What happened was this… last Saturday I got a warning on the Authenticator app on my iPhone that XYZ was trying to log in to my Microsoft account… and the window said it was from Pakistan and of course I pressed “Deny”. That log in was unsuccessful. I changed my Microsoft account password. Monday came around and the same XYZ was trying to log in again, accept from Mexico. I hit “Deny” again… accept this time, my facial recognition popped up, scanned me… and he was in my account. I most definitely hit DENY… but it went through anyway. That’s all I can tell you.
That seems to me to be the key. Sounds like an inadvertent brush across the screen or some kind of spurious signal back from the app to the MS security server. Did you report the incident to Microsoft in some way to fully and completely explain what happened?
I’ve been using the MS Authenticator app and several other authentication apps for years for both personal and work use (in multi-million dollar projects) and never had anything like that kind of blatant wrong behavior from the app. And yes, once in a great while I get notice of someone trying to hijack an account and have always been able to deny the attack, even with iOS Face ID enabled.

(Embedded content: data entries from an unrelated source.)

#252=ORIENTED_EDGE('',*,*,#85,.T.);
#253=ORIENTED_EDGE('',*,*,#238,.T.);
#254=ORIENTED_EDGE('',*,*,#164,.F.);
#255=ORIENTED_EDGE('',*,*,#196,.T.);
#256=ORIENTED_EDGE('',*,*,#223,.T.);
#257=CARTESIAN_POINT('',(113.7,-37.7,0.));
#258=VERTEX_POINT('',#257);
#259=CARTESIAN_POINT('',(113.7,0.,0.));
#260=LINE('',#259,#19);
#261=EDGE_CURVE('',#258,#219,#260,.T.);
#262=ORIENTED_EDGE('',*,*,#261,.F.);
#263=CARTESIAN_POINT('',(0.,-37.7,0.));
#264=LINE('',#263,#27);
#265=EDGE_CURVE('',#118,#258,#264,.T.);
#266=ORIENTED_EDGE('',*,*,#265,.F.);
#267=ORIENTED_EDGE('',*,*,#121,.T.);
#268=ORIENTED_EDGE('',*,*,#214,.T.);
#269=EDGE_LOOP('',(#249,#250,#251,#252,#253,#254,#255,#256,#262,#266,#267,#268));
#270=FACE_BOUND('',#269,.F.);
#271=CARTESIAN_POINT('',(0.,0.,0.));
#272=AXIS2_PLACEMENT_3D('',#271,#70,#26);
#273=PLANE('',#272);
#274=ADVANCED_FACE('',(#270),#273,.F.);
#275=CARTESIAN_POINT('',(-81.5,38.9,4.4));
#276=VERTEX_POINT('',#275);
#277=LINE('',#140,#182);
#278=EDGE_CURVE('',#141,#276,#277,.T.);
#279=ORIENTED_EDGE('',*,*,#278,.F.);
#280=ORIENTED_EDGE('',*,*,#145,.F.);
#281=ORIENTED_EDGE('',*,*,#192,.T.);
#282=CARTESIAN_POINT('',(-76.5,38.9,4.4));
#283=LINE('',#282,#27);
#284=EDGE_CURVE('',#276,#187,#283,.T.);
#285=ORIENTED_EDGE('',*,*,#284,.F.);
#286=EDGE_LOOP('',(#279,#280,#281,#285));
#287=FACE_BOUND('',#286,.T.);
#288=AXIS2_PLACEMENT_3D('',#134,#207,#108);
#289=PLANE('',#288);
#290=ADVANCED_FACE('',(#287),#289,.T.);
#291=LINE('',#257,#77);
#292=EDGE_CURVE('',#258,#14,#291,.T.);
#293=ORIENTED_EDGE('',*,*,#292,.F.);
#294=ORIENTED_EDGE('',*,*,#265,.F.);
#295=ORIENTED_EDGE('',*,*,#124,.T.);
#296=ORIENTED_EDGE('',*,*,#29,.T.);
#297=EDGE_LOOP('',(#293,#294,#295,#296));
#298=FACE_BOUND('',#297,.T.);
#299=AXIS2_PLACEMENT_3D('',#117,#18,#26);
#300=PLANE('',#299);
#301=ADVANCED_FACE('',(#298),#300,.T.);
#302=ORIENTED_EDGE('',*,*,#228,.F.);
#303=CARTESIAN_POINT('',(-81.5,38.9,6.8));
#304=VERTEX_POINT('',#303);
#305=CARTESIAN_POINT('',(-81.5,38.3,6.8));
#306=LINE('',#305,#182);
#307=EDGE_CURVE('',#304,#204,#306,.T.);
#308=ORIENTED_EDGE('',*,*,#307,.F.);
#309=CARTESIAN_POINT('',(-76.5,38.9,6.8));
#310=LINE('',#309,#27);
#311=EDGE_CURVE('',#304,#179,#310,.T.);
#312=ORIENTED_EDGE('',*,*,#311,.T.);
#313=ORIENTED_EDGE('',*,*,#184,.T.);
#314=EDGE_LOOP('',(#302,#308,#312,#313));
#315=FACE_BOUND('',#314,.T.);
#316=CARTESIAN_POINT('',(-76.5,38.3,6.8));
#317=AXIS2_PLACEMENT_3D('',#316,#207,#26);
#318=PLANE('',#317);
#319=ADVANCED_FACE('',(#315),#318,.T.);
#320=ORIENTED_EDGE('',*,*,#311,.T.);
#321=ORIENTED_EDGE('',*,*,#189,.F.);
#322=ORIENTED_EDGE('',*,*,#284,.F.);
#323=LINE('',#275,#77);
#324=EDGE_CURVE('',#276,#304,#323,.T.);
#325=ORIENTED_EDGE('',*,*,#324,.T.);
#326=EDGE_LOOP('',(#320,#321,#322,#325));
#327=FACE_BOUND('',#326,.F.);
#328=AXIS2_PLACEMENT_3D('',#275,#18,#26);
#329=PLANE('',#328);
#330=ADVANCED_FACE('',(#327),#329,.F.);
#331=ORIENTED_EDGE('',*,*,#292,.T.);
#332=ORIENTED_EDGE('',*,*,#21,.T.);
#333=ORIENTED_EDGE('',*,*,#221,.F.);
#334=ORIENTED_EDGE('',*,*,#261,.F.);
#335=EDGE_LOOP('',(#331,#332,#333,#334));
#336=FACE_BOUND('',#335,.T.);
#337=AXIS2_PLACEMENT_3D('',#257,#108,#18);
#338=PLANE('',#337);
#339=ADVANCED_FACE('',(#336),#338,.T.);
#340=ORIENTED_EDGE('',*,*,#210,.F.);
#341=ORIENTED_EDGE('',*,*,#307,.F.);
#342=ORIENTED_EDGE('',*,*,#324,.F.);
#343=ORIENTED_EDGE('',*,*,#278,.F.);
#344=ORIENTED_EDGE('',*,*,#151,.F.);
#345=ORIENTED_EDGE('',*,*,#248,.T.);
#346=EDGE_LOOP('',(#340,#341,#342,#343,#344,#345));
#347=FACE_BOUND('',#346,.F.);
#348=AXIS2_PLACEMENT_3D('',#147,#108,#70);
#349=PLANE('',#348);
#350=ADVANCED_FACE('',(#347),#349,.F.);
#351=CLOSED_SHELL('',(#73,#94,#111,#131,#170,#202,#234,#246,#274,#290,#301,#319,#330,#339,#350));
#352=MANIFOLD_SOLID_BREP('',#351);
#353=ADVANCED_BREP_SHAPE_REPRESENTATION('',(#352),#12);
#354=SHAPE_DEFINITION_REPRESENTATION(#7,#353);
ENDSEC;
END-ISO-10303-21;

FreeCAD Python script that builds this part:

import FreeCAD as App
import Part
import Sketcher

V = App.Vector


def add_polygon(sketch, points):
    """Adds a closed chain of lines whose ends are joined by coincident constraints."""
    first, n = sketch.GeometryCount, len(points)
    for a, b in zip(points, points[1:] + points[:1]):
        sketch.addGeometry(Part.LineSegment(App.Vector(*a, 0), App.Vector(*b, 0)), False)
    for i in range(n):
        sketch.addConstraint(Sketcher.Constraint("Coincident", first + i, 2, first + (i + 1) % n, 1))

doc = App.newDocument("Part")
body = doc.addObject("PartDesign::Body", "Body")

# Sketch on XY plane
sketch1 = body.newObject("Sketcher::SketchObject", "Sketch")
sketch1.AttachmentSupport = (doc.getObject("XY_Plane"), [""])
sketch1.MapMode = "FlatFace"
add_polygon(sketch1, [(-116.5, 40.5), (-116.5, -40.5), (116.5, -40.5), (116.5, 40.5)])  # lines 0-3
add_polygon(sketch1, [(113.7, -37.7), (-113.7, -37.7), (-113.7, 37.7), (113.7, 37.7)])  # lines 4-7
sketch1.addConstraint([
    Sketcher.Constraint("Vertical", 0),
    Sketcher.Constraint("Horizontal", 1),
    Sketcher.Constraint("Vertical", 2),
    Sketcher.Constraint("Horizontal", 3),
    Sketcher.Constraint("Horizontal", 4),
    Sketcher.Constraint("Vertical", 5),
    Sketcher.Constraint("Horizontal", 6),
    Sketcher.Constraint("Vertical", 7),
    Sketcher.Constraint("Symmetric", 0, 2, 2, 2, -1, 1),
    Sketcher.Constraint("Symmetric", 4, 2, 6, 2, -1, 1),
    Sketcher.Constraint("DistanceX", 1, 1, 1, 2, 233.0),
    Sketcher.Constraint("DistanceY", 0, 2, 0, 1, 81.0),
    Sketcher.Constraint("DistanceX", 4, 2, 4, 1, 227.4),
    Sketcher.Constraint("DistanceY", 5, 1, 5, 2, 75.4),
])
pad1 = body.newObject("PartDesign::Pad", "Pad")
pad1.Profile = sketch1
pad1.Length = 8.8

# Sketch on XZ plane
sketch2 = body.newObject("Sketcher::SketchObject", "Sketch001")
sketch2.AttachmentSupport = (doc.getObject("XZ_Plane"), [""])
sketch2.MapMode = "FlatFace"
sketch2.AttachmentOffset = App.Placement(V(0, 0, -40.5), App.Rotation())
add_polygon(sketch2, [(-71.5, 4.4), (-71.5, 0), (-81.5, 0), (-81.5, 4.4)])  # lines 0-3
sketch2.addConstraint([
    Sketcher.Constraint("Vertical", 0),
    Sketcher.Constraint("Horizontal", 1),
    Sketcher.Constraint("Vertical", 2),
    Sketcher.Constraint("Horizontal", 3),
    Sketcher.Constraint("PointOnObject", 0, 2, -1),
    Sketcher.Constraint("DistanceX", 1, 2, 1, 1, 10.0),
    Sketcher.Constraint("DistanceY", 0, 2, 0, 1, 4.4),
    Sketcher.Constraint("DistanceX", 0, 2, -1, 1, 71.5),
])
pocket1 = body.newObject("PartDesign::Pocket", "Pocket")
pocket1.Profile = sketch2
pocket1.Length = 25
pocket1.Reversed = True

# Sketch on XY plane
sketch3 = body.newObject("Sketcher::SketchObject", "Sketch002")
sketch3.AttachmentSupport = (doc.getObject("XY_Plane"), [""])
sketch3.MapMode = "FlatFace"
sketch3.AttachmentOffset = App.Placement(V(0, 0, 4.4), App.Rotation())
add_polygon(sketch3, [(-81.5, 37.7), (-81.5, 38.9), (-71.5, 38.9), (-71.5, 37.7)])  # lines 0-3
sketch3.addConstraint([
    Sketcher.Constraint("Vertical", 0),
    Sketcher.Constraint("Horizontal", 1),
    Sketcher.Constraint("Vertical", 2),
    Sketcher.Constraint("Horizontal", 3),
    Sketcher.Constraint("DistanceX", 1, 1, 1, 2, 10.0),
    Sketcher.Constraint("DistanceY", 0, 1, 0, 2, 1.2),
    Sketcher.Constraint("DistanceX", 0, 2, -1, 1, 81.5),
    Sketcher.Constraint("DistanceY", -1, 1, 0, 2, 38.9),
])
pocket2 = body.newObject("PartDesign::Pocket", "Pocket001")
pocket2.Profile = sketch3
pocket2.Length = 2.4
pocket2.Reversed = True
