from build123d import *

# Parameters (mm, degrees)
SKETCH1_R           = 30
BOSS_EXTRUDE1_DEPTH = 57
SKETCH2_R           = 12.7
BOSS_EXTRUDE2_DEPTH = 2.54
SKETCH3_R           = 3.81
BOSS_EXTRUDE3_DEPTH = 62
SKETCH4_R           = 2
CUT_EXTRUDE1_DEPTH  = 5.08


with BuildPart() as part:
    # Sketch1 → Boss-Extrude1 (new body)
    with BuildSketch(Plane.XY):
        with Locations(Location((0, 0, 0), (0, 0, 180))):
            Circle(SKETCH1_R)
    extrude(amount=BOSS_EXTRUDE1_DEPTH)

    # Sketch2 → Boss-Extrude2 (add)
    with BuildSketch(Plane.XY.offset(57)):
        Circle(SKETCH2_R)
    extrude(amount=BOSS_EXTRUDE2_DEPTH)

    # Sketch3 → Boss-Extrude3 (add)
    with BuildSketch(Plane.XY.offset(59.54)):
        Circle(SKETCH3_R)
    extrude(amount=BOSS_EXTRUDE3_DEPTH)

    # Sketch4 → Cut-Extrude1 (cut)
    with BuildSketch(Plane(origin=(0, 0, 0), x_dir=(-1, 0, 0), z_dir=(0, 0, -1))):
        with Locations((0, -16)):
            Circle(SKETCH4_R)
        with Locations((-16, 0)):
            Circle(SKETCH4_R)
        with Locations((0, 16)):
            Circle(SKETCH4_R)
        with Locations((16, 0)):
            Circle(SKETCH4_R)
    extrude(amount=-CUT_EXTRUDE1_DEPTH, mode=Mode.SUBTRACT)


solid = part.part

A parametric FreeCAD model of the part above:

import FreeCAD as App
import Part
import Sketcher
from FreeCAD import Vector
Q = App.Units.Quantity

doc = App.newDocument("Part")
body = doc.addObject("PartDesign::Body", "Body")

# Sketch on XY plane
sketch1 = body.newObject("Sketcher::SketchObject", "Sketch")
sketch1.AttachmentSupport = (doc.getObject("XY_Plane"), [""])
sketch1.MapMode = "FlatFace"
sketch1.addGeometry(Part.Circle(Vector(0, 0, 0), Vector(0, 0, 1), 30), False)
sketch1.addConstraint([
    Sketcher.Constraint("Coincident", 0, 3, -1, 1),
    Sketcher.Constraint("Diameter", 0, Q("60 mm")),
])
pad1 = body.newObject("PartDesign::Pad", "Pad")
pad1.Profile = sketch1
pad1.Length = 57

# Sketch on XY plane
sketch2 = body.newObject("Sketcher::SketchObject", "Sketch001")
sketch2.AttachmentSupport = (doc.getObject("XY_Plane"), [""])
sketch2.MapMode = "FlatFace"
sketch2.AttachmentOffset = App.Placement(Vector(0, 0, 57), App.Rotation())
sketch2.addGeometry(Part.Circle(Vector(0, 0, 0), Vector(0, 0, 1), 13), False)
sketch2.addConstraint([
    Sketcher.Constraint("Coincident", 0, 3, -1, 1),
    Sketcher.Constraint("Diameter", 0, Q("25.4 mm")),
])
pad2 = body.newObject("PartDesign::Pad", "Pad001")
pad2.Profile = sketch2
pad2.Length = 2.54

# Sketch on XY plane
sketch3 = body.newObject("Sketcher::SketchObject", "Sketch002")
sketch3.AttachmentSupport = (doc.getObject("XY_Plane"), [""])
sketch3.MapMode = "FlatFace"
sketch3.AttachmentOffset = App.Placement(Vector(0, 0, 59.54), App.Rotation())
sketch3.addGeometry(Part.Circle(Vector(0, 0, 0), Vector(0, 0, 1), 3.8), False)
sketch3.addConstraint([
    Sketcher.Constraint("Coincident", 0, 3, -1, 1),
    Sketcher.Constraint("Diameter", 0, Q("7.62 mm")),
])
pad3 = body.newObject("PartDesign::Pad", "Pad002")
pad3.Profile = sketch3
pad3.Length = 62

# Sketch on XY plane
sketch4 = body.newObject("Sketcher::SketchObject", "Sketch003")
sketch4.AttachmentSupport = (doc.getObject("XY_Plane"), [""])
sketch4.MapMode = "FlatFace"
sketch4.addGeometry([
    Part.Circle(Vector(0, -16, 0), Vector(0, 0, 1), 2),
    Part.Circle(Vector(16, 0, 0), Vector(0, 0, 1), 2),
    Part.Circle(Vector(0, 16, 0), Vector(0, 0, 1), 2),
    Part.Circle(Vector(-16, 0, 0), Vector(0, 0, 1), 2),
], False)
sketch4.addConstraint([
    Sketcher.Constraint("Equal", 0, 1),
    Sketcher.Constraint("Equal", 1, 2),
    Sketcher.Constraint("Equal", 2, 3),
    Sketcher.Constraint("Symmetric", 0, 3, 2, 3, -1, 1),
    Sketcher.Constraint("Symmetric", 1, 3, 3, 3, -1, 1),
    Sketcher.Constraint("PointOnObject", 0, 3, -2),
    Sketcher.Constraint("PointOnObject", 1, 3, -1),
    Sketcher.Constraint("Diameter", 0, Q("4 mm")),
    Sketcher.Constraint("DistanceY", 0, 3, -1, 1, Q("16 mm")),
    Sketcher.Constraint("DistanceX", -1, 1, 1, 3, Q("16 mm")),
])
pocket1 = body.newObject("PartDesign::Pocket", "Pocket")
pocket1.Profile = sketch4
pocket1.Length = 5.08
pocket1.Reversed = True

doc.recompute()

I did indeed report it to Microsoft. It was the first time I have ever witnessed this behavior… it was extremely concerning. I believe with something so critical… there should be at least two checks in the Authenticator in order to deny or accept… just in case there is an “accidental brush” or anomaly. That’s just my opinion. Anyway, I’ve taken steps to hopefully mitigate this problem from happening again.

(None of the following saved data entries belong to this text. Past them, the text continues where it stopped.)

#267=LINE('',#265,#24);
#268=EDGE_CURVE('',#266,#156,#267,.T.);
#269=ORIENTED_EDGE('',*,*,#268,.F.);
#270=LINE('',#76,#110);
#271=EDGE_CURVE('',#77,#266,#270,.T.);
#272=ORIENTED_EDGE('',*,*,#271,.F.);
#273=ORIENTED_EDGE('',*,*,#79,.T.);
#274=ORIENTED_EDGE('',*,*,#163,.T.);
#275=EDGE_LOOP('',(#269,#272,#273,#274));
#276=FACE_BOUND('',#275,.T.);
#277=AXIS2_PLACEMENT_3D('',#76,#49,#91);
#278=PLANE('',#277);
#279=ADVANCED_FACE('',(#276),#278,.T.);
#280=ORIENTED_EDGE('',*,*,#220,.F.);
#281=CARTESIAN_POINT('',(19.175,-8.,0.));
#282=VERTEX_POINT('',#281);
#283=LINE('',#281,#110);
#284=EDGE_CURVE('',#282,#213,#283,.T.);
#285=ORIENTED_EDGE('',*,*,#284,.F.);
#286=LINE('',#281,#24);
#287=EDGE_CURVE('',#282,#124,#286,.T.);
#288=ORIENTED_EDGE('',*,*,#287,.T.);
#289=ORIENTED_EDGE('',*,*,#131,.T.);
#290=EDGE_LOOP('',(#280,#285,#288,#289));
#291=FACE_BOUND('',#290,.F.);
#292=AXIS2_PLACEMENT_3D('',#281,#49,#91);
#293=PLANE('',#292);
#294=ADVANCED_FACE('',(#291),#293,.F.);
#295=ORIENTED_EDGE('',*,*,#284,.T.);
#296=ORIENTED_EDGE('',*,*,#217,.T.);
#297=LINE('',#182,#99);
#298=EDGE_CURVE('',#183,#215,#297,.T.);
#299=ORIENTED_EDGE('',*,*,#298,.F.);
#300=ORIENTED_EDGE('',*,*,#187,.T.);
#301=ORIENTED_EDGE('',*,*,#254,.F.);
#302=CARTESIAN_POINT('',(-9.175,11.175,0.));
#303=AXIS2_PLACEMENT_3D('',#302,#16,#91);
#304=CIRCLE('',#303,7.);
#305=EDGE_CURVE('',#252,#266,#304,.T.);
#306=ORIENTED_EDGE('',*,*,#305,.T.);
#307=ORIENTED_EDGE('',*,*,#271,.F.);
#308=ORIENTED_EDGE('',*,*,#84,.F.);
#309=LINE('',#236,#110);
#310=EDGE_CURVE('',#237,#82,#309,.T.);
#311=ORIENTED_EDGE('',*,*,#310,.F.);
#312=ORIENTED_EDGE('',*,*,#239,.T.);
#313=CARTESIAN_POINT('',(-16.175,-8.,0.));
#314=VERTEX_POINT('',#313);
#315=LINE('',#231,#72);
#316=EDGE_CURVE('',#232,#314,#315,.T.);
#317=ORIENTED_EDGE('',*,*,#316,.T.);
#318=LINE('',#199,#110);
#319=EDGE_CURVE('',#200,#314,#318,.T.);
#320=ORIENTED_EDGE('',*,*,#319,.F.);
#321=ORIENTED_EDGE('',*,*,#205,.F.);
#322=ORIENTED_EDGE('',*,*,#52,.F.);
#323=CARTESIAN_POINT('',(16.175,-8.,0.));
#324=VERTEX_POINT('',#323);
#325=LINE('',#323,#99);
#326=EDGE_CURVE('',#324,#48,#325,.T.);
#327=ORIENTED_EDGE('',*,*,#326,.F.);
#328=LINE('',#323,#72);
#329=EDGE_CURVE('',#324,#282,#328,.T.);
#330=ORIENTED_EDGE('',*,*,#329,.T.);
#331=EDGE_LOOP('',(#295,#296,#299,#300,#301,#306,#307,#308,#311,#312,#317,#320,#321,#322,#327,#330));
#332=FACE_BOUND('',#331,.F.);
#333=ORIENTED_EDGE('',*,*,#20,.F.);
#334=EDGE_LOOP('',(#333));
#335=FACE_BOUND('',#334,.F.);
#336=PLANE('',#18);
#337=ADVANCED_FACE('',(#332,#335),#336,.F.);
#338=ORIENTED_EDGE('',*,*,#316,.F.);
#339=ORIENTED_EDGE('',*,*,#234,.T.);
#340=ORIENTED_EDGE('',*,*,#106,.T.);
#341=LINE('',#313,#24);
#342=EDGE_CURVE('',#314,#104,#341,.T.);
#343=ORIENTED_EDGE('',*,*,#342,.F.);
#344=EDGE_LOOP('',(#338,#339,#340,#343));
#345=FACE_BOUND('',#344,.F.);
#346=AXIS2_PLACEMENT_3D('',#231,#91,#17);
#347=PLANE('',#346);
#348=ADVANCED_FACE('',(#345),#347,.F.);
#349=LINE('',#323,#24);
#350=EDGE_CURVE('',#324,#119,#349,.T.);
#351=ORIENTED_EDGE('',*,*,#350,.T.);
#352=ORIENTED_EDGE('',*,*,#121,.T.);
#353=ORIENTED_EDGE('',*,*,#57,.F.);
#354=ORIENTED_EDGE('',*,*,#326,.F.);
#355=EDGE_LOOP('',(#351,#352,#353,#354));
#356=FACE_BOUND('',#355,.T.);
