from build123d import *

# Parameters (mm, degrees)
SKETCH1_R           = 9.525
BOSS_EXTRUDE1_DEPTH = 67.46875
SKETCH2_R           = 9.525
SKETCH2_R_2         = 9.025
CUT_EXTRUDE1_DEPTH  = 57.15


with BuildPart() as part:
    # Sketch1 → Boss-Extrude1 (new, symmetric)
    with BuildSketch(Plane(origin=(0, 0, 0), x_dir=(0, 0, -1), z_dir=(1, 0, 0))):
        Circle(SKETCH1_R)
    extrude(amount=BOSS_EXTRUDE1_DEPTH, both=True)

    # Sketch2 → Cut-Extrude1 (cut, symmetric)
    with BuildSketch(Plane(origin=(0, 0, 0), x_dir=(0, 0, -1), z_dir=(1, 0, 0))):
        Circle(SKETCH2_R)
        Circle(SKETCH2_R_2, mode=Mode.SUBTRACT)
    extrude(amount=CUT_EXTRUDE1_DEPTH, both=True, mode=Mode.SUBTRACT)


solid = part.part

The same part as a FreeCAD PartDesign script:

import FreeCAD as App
import Part
import Sketcher
from FreeCAD import Vector
Q = App.Units.Quantity

doc = App.newDocument("Part")
body = doc.addObject("PartDesign::Body", "Body")

# Sketch on YZ plane
sketch1 = body.newObject("Sketcher::SketchObject", "Sketch")
sketch1.AttachmentSupport = (doc.getObject("YZ_Plane"), [""])
sketch1.MapMode = "FlatFace"
sketch1.addGeometry(Part.Circle(Vector(0, 0, 0), Vector(0, 0, 1), 9.525), False)
sketch1.addConstraint([
    Sketcher.Constraint("Coincident", 0, 3, -1, 1),
    Sketcher.Constraint("Diameter", 0, Q("0.75 in")),
])
pad1 = body.newObject("PartDesign::Pad", "Pad")
pad1.Profile = sketch1
pad1.Length = Q("5.3125 in")
pad1.Midplane = True

# Sketch on YZ plane
sketch2 = body.newObject("Sketcher::SketchObject", "Sketch001")
sketch2.AttachmentSupport = (doc.getObject("YZ_Plane"), [""])
sketch2.MapMode = "FlatFace"
sketch2.addGeometry([
    Part.Circle(Vector(0, 0, 0), Vector(0, 0, 1), 9.525),
    Part.Circle(Vector(0, 0, 0), Vector(0, 0, 1), 9.025),
], False)
sketch2.addConstraint([
    Sketcher.Constraint("Coincident", 0, 3, -1, 1),
    Sketcher.Constraint("Coincident", 1, 3, -1, 1),
    Sketcher.Constraint("Diameter", 0, Q("0.75 in")),
    Sketcher.Constraint("Diameter", 1, Q("18.05 mm")),
])
pocket1 = body.newObject("PartDesign::Pocket", "Pocket")
pocket1.Profile = sketch2
pocket1.Length = Q("4.5 in")
pocket1.Midplane = True

doc.recompute()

I think your real concern might be that you changed passwords, and they were able to capture both of them - otherwise the authenticator would not have even passed the request up for your approval. That to me would mean you have a vulnerability somewhere that’s exposing your passwords.
5 Likes
Right - a key logger trojan or something would be my real concern.
1 Like
I don’t get it, the phone company still isn’t compromised and Microsoft or others still send the SMS to your phone. How can a company or app called sakari tell Microsoft to change the phone number?
Ok i read it there are companys out there that just can do this. They can copy any number lol. How on earth law and phone companys let this happen.
Details here
So the phone companys must have made a deal to give such companys the power to reroute phone numbers, lol
1 Like
How did they know your phone number to send the key to/intercept?
The article explains in detail that the Telco industry is still effectively unregulated in the sense that there is no Consumer Protection oversight when it comes to the consent portion of having your number and associated services be changed or transferred without explicit owner consent being sought. That’s also how attackers can Social Engineer a target’s phone carrier to execute a number transfer easily.
1 Like
Yea i wonder how it’s technically possible. They must have an API to the phone carrier or something. They must have contracts with them too?
Otherwise everybody can program such tools.